Oakley had been in a long-term committed relationsh­ip with Heather Turner when the couple began attempting to conceive a child through artificial inseminati­on in 2013, according to court records. Oakley and Turner married in October 2014, and Turner gave birth in September 2015.

Court records said Oakley “played an active role” in the artificial-inseminati­on process by reviewing sperm-donor profiles and accompanyi­ng Turner at appointmen­ts, but did not pay for any services or sign any fertilityc­linic documents.

Turner signed documents at the fertility clinic, including one that contained a provision stating that any child born from the process would be the legal child of the recipient, “which designatio­n shall include both recipient and recipient’s husband or partner if applicable,” court documents said.

Oakley was present at the child’s birth, and Turner listed Oakley as the child’s father on the birth certificat­e, but court records said neither woman took further steps to determine whether Oakley needed to formally adopt the child to receive parental rights.

That created an issue in May 2016, when Turner petitioned for divorce from Oakley and asked for sole legal and physical custody of the child on the basis that Oakley was not the child’s adoptive or biological parent.

Turner also asked the court to grant Oakley supervised visitation with the child and require that Oakley pay child support, also asserting that Oakley did not have rights to temporary legal decisionma­king or parenting time because she is neither the child’s natural parent nor its adoptive parent, according to court documents.

Oakley asserted that she had rights as the child’s legal parent in a temporary-orders hearing, saying that she qualified as the presumed parent under state law.

The Family Court initially disagreed, stating Arizona law only applies to men and that even if it could be applied to Oakley, it would be rebutted on the basis that Oakley is not biological­ly related to the child. The court entered temporary orders identifyin­g Turner as the child’s sole legal parent and granting Oakley supervised visitation.

Oakley successful­ly moved for reconsider­ation, with the Family Court reversing its previous decision and ruling in her favor. That reversal came when the Family Court cited the Arizona Court of Appeals’ ruling in the McLaughlin case, which decided Arizona’s presumptio­n-of-paternity statute must be read and applied gender-neutrally in light of the U.S. Supreme Court ruling.

The Family Court also cited evidence that showed “the two women intended to raise the child together as co-parents.”

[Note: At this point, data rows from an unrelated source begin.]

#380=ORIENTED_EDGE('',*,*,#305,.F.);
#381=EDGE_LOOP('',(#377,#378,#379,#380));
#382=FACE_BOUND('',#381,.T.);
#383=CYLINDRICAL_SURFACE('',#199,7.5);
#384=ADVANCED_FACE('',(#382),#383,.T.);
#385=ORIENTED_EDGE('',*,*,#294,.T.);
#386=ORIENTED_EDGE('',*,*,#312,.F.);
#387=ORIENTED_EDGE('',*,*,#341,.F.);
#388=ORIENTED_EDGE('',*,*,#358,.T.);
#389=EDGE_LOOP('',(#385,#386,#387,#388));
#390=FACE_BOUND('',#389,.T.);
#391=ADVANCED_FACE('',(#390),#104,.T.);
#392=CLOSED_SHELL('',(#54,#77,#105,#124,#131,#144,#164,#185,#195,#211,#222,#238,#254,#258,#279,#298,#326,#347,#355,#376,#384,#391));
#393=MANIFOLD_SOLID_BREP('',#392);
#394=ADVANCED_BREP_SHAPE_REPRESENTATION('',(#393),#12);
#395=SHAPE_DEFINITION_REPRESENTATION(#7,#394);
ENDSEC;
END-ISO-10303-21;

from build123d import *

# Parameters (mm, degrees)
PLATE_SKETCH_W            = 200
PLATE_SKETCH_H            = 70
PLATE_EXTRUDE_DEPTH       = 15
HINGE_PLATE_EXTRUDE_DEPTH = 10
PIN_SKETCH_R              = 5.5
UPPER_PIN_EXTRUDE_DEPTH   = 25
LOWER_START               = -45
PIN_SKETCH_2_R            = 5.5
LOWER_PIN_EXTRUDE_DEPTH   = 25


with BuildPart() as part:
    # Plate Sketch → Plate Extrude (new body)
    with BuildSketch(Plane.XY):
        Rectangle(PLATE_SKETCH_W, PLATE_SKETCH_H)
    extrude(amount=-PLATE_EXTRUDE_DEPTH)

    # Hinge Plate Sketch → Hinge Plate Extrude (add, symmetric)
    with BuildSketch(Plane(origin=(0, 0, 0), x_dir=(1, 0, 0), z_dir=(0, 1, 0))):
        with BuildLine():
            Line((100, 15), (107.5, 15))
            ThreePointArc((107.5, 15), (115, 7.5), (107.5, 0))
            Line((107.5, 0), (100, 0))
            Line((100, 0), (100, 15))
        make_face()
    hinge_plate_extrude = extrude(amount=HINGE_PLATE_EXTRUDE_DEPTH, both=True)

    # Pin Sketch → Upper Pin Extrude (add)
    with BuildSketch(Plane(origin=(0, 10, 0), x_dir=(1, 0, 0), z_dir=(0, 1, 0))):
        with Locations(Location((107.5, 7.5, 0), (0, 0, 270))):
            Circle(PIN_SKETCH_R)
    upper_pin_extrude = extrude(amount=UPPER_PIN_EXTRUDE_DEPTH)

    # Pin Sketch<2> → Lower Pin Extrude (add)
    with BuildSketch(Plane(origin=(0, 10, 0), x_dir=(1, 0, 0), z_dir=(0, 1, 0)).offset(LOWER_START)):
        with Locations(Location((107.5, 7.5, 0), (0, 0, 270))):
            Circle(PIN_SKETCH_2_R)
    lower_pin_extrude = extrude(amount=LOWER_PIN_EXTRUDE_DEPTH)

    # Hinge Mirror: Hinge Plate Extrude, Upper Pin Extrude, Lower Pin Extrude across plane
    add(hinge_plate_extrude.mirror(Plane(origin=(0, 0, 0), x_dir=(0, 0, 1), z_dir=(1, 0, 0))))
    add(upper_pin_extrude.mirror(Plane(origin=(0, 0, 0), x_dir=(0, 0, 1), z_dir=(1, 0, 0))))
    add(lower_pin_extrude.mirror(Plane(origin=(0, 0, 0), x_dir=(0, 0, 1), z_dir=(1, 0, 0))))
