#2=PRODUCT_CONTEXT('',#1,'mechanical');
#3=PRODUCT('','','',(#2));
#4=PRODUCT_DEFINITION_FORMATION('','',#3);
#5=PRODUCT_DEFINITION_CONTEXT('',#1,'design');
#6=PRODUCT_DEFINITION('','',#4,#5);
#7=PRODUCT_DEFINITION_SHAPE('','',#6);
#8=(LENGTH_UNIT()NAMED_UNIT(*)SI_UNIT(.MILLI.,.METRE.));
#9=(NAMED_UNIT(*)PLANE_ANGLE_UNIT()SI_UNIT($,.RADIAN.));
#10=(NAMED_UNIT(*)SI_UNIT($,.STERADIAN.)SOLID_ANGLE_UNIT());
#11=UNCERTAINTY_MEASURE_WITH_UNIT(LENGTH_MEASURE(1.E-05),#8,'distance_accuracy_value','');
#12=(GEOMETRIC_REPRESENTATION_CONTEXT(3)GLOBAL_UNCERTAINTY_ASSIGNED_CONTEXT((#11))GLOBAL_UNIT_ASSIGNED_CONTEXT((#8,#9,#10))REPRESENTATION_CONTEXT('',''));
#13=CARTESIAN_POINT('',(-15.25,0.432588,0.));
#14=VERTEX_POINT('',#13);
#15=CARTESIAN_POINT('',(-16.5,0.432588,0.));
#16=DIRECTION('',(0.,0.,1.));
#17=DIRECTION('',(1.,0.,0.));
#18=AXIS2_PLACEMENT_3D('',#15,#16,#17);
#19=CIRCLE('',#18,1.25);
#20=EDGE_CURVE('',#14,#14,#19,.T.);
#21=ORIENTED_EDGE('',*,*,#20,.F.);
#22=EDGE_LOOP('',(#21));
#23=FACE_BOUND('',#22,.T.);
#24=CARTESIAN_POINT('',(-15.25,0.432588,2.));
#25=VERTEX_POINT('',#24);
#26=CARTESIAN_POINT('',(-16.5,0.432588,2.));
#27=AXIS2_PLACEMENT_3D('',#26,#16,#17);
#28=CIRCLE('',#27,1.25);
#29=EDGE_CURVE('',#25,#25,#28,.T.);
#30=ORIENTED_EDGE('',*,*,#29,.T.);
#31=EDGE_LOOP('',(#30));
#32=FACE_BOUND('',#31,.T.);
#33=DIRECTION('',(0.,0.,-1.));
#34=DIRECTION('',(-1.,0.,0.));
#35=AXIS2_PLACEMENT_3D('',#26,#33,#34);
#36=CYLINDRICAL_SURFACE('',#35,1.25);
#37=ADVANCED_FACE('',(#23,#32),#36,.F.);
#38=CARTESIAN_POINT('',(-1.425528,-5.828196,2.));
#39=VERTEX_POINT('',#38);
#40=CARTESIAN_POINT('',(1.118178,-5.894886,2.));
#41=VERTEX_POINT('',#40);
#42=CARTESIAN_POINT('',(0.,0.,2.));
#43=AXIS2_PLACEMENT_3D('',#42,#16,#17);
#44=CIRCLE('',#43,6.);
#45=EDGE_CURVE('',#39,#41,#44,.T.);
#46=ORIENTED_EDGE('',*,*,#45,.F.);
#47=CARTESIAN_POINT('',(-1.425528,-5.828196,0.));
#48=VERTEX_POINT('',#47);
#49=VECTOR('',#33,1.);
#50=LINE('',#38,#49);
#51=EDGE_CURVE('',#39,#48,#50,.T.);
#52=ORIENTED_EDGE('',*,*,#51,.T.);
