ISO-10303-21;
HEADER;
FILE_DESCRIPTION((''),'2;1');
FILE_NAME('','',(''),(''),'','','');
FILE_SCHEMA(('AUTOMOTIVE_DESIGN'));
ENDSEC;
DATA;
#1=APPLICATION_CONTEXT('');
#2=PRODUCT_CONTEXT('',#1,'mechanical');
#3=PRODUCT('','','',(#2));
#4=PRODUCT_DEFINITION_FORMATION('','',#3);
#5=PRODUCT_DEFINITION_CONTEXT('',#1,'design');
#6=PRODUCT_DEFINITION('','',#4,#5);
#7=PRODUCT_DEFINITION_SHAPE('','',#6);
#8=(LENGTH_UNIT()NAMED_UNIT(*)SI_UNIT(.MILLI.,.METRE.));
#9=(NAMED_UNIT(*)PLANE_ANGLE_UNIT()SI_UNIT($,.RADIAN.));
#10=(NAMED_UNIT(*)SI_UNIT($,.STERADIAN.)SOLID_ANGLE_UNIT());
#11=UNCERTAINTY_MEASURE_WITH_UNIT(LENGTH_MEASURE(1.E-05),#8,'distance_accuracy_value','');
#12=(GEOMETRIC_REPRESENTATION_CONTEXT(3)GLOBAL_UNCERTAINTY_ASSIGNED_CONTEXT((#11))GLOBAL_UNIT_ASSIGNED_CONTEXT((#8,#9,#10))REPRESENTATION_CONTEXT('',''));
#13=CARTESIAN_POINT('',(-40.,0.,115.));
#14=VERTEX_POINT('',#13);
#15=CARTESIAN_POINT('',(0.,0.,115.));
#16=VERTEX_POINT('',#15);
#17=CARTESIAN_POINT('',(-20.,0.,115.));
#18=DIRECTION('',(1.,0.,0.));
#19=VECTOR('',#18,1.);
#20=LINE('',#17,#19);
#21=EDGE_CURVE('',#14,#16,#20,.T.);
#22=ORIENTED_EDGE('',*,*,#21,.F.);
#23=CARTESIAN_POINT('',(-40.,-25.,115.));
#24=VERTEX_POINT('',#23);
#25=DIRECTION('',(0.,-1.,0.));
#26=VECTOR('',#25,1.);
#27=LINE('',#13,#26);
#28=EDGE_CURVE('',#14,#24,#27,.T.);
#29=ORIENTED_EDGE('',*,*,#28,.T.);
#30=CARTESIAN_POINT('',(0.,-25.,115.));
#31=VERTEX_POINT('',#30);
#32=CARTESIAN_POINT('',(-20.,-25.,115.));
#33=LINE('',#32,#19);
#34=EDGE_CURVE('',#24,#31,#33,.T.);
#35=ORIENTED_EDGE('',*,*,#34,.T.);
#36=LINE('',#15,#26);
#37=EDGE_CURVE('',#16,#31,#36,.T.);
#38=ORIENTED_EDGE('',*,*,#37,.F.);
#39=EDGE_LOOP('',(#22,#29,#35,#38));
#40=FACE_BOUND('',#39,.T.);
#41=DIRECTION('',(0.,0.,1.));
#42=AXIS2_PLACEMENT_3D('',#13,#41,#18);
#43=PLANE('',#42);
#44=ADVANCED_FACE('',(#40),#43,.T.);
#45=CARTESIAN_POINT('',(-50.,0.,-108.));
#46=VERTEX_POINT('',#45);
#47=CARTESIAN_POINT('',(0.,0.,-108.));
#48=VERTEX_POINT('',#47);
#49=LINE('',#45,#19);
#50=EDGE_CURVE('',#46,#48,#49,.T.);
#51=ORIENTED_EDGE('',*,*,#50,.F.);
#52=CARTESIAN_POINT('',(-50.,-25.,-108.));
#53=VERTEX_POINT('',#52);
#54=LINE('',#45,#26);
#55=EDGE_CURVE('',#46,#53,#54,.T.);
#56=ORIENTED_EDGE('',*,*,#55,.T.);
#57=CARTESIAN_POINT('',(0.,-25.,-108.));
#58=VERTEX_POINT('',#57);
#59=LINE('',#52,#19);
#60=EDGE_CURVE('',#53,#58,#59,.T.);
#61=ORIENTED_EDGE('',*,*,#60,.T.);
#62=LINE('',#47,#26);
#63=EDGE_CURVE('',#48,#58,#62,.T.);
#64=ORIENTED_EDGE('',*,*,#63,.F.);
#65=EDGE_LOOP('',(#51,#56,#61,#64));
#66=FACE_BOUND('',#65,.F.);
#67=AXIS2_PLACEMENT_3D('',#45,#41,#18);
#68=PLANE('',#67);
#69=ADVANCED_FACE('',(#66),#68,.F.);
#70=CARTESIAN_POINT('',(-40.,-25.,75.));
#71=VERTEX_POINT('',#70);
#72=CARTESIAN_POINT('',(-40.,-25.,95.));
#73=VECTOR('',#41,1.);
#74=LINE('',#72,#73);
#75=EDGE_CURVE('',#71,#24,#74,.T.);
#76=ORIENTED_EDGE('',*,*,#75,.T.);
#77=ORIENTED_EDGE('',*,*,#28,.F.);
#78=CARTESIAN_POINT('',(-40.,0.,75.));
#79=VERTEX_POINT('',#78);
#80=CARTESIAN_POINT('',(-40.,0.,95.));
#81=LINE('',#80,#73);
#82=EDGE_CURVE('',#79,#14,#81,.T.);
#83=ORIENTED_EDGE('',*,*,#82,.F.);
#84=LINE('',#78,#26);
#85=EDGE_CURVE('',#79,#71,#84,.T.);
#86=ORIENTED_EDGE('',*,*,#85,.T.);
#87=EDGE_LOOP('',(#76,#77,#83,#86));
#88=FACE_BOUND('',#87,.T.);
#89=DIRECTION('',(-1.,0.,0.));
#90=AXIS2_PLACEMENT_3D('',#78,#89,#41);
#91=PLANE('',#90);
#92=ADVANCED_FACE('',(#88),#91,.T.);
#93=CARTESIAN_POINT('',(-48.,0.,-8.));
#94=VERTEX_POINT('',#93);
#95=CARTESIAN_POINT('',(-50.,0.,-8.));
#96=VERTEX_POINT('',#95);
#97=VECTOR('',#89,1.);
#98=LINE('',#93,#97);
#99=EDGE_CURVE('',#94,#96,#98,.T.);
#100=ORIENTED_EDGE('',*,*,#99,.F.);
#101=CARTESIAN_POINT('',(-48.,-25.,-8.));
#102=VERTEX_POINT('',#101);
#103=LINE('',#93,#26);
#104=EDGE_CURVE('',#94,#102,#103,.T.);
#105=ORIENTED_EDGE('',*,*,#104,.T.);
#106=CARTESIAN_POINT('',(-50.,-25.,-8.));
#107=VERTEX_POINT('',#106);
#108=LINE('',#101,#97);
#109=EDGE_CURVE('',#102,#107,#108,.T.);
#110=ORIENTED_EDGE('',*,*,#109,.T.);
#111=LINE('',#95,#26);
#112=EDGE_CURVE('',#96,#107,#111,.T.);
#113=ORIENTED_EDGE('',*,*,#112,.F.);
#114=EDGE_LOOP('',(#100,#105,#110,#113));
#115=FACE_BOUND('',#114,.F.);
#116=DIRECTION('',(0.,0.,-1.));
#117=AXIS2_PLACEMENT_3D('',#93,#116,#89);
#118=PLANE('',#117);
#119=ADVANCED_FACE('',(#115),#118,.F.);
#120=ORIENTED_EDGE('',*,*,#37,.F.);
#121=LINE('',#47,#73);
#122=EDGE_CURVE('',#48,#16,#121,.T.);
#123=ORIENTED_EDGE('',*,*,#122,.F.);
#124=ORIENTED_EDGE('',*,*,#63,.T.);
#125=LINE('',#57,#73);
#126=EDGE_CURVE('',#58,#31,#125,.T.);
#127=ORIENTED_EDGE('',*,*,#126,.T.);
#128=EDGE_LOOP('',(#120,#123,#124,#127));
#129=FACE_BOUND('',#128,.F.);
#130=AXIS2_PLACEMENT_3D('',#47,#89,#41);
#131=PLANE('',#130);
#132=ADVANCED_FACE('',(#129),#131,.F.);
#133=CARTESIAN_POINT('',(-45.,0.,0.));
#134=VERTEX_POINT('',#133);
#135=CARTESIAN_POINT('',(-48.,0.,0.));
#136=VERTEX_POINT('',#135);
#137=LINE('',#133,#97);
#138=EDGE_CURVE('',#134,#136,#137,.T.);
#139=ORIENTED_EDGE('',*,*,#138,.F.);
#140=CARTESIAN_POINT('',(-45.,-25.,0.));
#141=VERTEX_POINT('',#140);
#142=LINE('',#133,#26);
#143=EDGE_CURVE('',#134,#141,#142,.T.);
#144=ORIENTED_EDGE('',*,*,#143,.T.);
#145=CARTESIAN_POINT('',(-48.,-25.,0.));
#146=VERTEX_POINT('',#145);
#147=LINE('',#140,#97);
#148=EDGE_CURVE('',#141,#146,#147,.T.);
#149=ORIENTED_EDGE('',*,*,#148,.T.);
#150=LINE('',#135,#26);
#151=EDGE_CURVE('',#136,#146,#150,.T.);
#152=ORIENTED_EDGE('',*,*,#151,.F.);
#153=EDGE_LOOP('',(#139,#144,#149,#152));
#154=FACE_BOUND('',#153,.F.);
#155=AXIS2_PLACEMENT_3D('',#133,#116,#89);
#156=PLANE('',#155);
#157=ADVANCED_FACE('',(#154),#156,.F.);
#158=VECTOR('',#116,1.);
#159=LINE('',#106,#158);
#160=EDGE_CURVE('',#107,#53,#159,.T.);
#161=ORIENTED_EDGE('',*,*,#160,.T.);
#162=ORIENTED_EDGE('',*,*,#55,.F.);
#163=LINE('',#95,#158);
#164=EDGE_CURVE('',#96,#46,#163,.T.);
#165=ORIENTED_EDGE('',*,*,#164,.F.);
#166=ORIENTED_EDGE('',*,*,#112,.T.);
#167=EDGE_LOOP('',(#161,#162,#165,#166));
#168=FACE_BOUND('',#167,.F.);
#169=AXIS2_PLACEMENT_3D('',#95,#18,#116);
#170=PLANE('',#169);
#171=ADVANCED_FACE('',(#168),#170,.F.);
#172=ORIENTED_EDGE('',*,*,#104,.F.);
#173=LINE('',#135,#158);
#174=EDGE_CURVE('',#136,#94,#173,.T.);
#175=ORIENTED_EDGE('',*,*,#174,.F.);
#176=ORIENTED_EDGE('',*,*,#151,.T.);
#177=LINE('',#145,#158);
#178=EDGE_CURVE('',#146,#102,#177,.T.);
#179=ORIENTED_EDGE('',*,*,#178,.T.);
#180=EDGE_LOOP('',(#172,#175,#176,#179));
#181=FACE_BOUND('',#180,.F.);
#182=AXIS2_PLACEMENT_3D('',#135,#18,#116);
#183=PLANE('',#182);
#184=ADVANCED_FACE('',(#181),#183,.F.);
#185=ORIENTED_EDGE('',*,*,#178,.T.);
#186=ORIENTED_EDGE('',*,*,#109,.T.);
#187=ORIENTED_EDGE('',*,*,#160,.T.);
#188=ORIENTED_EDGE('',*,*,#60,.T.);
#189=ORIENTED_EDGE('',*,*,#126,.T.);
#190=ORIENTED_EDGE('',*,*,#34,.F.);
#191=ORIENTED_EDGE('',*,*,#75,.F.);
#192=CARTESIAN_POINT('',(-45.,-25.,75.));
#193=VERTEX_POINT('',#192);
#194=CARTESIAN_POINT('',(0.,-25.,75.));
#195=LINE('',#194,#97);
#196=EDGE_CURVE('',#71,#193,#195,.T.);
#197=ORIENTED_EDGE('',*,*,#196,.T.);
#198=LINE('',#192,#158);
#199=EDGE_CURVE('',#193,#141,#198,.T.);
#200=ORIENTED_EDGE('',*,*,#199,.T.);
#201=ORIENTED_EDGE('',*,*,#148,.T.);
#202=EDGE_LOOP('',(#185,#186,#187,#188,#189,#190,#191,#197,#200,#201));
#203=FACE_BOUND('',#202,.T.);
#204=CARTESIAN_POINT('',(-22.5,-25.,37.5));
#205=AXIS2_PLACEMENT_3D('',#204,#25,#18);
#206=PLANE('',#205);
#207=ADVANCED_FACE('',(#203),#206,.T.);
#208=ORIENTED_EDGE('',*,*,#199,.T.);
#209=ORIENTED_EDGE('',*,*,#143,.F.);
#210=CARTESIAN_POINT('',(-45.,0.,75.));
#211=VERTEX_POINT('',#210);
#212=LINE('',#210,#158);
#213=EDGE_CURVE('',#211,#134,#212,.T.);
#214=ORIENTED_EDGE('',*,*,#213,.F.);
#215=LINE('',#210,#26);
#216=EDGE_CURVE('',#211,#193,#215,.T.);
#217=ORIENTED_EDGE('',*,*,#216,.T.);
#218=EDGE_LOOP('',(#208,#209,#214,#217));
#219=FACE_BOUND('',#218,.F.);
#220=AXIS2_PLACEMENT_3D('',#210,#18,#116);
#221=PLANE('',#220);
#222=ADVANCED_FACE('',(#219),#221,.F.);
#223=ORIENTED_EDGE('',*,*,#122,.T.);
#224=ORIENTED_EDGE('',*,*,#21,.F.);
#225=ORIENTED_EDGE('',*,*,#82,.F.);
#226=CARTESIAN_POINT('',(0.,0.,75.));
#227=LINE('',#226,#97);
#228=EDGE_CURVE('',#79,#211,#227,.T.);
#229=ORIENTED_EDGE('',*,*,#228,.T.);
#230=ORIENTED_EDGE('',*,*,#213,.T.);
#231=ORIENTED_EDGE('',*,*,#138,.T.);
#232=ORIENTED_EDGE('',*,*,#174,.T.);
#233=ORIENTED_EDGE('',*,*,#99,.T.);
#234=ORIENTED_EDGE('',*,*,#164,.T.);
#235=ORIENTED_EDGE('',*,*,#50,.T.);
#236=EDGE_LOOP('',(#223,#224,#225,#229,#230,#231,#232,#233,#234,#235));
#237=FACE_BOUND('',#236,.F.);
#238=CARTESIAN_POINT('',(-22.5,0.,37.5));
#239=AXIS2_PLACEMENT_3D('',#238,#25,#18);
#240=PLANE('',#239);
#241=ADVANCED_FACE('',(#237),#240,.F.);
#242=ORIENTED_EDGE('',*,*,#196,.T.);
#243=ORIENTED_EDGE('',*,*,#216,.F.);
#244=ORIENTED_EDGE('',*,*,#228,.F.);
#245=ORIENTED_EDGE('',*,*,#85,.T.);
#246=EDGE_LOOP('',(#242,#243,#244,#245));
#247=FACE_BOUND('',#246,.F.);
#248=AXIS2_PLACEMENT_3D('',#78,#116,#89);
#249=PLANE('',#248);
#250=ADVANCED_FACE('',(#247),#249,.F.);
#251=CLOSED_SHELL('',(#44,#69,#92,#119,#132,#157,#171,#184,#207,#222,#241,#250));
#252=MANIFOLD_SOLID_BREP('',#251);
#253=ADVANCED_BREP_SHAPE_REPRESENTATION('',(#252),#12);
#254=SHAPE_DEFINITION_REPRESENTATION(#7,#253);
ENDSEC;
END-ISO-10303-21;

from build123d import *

# Parameters (mm, degrees)
F0_W     = 40
F0_H     = 40
F1_DEPTH = 25


with BuildPart() as f1:
    # F0 (on Front) → F1 (new body)
    with BuildSketch(Plane.XZ):
        Polygon((-40, 75), (-45, 75), (-45, 0), (0, 0), (0, 75), align=None)
        with Locations((-20, 95)):
            Rectangle(F0_W, F0_H)
        Polygon((0, 0), (-45, 0), (-48, 0), (-48, -8), (0, -8), align=None)
        Polygon((0, -108), (0, -8), (-48, -8), (-50, -8), (-50, -108), align=None)
    extrude(amount=F1_DEPTH)


solid = f1.part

Turner petitioned the Arizona Court of Appeals, which issued its ruling Thursday in her favor. That panel of the Appeals Court said the presumptio­n-of-paternity statute cannot be applied genderneut­rally because the language presumes the father is a man. The court noted that Oakley could have retained that right under Arizona law had she adopted the child.

Oakley claimed that the landmark decision by the U.S. Supreme Court in the 2015 Obergefell vs. Hodges case that guaranteed the right of same-sex couples to marry means the Arizona law establishi­ng paternity should be read gender-neutrally to apply to same-sex couples with children.

But the Appeals Court refuted that argument, saying the statute’s purpose is to determine “whether a man is a child’s biological father” and not to “establish a term or condition associated with marriage.”

Lawyers for Turner did not immediatel­y return requests for comment. Work said it is in the best interest of the child that the marital presumptio­n of paternity be applied in Oakley’s case.

“(It) is necessary for the protection of children and families, including the non-biological parents who plan for these children, who act as second parents during the marriage,” Work said. “To find otherwise essentiall­y is stating that these children are all in single-parent households.”

Work reiterated her hope that the McLaughlin case will end in favor of granting same-sex partners parental rights to a child born of artificial inseminati­on, saying that a decision that rules otherwise would be harmful to children. “They’re potentiall­y being exposed to having a second parent yanked out of their lives at the whim of the first parent,” Work said.